Pagi hari di markas besar IAEA, Wina. Gracia Sharma berdiri di depan layar besar dalam ruang evaluasi tertutup. Di sekelilingnya, para analis dan penasehat diplomatik menyimak dengan cemas. Di layar: peta digital dunia dengan titik-titik merah berkedip—lokasi isotop uranium yang tercatat secara resmi. Namun ada satu lintasan baru, tidak teregistrasi, melintasi perbatasan Iran melalui Laut Kaspia, menuju wilayah yang sepenuhnya gelap dalam radar IAEA.
“Ini bukan penyimpangan logistik biasa,” ujar Gracia. Suaranya tenang, tapi tegang seperti dawai biola sebelum digesek.

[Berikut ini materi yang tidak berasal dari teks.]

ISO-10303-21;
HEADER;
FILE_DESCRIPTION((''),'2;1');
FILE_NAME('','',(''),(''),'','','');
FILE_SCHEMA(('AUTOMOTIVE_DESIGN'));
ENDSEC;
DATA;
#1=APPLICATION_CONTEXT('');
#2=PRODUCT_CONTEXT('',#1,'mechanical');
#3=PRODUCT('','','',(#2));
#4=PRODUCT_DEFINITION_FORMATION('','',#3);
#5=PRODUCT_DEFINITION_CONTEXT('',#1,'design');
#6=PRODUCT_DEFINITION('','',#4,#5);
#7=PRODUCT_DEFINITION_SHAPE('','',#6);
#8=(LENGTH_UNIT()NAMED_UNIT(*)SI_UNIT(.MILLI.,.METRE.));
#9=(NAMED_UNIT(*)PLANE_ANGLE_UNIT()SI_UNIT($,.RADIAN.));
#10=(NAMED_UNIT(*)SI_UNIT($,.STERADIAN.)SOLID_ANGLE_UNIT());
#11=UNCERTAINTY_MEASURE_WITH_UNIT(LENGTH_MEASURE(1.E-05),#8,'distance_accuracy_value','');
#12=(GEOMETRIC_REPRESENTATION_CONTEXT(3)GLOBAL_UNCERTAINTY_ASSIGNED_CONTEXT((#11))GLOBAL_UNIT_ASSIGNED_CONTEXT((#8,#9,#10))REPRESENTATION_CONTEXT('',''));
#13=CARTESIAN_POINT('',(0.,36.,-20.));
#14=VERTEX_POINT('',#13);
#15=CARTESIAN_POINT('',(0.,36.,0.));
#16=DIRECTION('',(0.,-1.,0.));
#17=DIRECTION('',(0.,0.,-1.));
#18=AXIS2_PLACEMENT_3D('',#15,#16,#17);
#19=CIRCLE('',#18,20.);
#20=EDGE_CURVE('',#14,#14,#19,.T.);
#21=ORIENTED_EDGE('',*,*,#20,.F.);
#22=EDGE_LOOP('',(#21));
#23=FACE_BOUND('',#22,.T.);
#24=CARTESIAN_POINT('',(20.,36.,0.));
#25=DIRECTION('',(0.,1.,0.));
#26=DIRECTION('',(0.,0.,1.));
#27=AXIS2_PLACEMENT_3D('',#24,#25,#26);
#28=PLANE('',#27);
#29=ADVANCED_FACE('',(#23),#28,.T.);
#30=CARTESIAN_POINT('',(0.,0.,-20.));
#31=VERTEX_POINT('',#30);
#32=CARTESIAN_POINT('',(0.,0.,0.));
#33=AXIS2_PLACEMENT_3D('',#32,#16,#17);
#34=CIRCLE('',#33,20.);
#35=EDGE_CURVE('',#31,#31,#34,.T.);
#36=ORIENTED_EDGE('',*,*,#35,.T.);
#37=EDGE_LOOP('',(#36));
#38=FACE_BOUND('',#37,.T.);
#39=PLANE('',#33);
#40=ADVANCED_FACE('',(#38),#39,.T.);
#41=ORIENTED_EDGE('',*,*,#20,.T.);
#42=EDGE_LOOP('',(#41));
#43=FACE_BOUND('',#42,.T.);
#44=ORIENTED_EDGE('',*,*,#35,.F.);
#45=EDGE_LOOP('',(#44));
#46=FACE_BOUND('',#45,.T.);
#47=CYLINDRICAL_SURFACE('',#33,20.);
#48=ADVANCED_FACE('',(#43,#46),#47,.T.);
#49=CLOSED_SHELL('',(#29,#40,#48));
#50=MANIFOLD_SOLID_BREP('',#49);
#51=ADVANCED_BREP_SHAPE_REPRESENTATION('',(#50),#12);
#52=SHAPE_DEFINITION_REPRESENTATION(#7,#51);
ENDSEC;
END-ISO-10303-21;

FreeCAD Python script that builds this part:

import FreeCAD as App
import Part
import Sketcher
from FreeCAD import Vector

doc = App.newDocument("Part")
body = doc.addObject("PartDesign::Body", "Body")

sketch1 = body.newObject("Sketcher::SketchObject", "Sketch")
sketch1.AttachmentSupport = (doc.getObject("XY_Plane"), [""])
sketch1.MapMode = "FlatFace"
sketch1.addGeometry(Part.LineSegment(Vector(0, 36, 0), Vector(0, 0, 0)), False)
sketch1.addGeometry(Part.LineSegment(Vector(0, 0, 0), Vector(20, 0, 0)), False)
sketch1.addGeometry(Part.LineSegment(Vector(20, 0, 0), Vector(20, 36, 0)), False)
sketch1.addGeometry(Part.LineSegment(Vector(20, 36, 0), Vector(0, 36, 0)), False)
sketch1.addConstraint(Sketcher.Constraint("Coincident", 0, 2, 1, 1))
sketch1.addConstraint(Sketcher.Constraint("Coincident", 1, 2, 2, 1))
sketch1.addConstraint(Sketcher.Constraint("Coincident", 2, 2, 3, 1))
sketch1.addConstraint(Sketcher.Constraint("Coincident", 3, 2, 0, 1))
sketch1.addConstraint(Sketcher.Constraint("Vertical", 0))
sketch1.addConstraint(Sketcher.Constraint("Horizontal", 1))
sketch1.addConstraint(Sketcher.Constraint("Vertical", 2))
sketch1.addConstraint(Sketcher.Constraint("Horizontal", 3))
sketch1.addConstraint(Sketcher.Constraint("Coincident", 0, 2, -1, 1))
sketch1.addConstraint(Sketcher.Constraint("DistanceX", 1, 1, 1, 2, 20.0))
sketch1.addConstraint(Sketcher.Constraint("DistanceY", 0, 2, 0, 1, 36.0))
revolution = body.newObject("PartDesign::Revolution", "Revolution")
revolution.Profile = sketch1
revolution.ReferenceAxis = (sketch1, ["V_Axis"])
revolution.Angle = 360

doc.recompute()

“Dari mana data itu berasal?” tanya seorang diplomat Rusia, penuh skeptisisme.
“Fasilitas pemantauan isotop Swiss dan kerjasama sandi dengan IAEA Eropa Tengah,” jawabnya. “Kami menemukan korelasi dengan sistem sirkulasi aktif dari isotop uranium 60%. Dalam istilah lain—seseorang sedang memindahkan material yang tak seharusnya bisa dipindah tanpa diketahui dunia.”
“Anda menuduh Iran?”
“Saya tidak menuduh. Saya membaca data.”
Hening sejenak. Kemudian seseorang dari panel bertanya, “Apa kode internal dari jalur ini?”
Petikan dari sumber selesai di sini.